_WORK REQUIRED_: The reply should be one number: how many lines of the data below contain "BuildSketch".

Stored data
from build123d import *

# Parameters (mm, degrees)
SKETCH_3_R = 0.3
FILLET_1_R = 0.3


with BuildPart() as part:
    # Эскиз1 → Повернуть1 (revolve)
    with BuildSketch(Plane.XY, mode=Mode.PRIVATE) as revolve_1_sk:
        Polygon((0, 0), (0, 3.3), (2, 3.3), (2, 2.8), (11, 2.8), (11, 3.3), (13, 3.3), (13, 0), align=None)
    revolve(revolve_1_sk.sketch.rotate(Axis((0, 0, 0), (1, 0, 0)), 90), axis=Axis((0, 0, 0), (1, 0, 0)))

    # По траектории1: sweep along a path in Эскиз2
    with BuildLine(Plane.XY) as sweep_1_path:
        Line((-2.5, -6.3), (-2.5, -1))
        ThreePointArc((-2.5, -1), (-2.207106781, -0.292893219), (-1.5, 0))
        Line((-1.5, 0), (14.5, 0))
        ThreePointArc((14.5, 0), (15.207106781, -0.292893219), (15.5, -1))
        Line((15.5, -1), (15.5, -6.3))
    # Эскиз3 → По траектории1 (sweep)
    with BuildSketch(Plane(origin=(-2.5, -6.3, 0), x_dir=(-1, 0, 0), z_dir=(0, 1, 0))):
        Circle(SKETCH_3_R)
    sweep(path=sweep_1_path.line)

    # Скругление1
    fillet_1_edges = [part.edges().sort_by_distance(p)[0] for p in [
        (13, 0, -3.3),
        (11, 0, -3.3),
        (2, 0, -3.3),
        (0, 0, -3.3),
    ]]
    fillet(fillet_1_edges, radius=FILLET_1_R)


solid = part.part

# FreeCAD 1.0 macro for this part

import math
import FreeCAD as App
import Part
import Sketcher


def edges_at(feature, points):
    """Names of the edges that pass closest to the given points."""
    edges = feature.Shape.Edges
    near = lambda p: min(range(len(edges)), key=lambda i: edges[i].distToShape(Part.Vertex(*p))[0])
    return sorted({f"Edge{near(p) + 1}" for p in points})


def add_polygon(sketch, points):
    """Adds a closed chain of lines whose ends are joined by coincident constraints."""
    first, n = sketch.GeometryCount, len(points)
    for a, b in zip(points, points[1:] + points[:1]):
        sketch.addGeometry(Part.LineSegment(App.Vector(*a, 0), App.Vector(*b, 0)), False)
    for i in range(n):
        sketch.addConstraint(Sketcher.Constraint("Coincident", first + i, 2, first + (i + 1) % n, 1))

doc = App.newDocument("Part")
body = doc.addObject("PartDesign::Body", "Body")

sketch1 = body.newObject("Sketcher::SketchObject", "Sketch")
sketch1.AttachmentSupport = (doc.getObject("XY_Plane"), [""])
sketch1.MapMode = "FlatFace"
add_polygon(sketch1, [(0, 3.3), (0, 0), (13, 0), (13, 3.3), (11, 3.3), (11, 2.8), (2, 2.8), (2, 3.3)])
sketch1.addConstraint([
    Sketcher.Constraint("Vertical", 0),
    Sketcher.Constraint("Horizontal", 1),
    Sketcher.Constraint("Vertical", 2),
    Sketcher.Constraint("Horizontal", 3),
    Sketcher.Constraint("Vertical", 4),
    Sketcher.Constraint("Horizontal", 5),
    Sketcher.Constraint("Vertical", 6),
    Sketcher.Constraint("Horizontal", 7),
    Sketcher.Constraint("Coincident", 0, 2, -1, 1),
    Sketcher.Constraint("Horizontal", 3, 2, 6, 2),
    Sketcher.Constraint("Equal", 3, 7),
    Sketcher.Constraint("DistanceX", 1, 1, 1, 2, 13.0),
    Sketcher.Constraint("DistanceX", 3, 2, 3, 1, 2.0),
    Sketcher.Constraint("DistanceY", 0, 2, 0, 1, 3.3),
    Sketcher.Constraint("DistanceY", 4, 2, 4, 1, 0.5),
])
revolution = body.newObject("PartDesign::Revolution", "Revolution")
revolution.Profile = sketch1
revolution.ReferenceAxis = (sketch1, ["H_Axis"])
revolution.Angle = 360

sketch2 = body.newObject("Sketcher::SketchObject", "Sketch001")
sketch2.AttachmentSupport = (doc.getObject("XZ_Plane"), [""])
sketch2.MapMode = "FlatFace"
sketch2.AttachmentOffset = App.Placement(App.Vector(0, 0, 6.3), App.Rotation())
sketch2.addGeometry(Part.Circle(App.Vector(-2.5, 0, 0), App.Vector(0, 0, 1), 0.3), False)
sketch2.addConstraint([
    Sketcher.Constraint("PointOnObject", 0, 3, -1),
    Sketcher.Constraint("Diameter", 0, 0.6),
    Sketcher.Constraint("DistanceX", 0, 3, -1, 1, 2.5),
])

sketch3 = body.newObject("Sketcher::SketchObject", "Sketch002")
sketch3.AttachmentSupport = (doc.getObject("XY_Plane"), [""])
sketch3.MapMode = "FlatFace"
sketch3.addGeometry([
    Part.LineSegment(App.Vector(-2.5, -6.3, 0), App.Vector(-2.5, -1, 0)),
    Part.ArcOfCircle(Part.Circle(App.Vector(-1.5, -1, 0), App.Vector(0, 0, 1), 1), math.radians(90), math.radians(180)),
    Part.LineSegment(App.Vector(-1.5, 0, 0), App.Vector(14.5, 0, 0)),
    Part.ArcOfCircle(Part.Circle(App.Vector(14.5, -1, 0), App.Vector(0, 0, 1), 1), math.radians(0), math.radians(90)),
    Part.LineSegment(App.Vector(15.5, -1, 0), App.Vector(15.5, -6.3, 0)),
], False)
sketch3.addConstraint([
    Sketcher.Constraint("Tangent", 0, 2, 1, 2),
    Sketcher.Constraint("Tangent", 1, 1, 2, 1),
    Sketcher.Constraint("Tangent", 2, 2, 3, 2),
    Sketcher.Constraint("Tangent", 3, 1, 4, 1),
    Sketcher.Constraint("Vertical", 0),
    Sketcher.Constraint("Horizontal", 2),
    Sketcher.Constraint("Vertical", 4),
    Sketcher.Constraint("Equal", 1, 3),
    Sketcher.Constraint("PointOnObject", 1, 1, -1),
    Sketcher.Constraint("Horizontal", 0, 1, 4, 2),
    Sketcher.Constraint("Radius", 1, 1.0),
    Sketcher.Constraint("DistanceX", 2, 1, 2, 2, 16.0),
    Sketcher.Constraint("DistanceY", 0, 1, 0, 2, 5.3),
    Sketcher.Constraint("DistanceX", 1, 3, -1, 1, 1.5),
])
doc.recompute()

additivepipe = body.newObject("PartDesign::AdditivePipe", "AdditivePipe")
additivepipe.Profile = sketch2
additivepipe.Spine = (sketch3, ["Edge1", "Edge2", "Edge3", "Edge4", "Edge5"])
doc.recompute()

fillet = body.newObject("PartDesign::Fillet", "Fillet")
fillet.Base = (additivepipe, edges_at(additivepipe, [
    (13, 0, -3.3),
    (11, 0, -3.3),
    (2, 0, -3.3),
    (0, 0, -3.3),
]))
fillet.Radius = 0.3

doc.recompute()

_FINISHED EXERCISE_: 2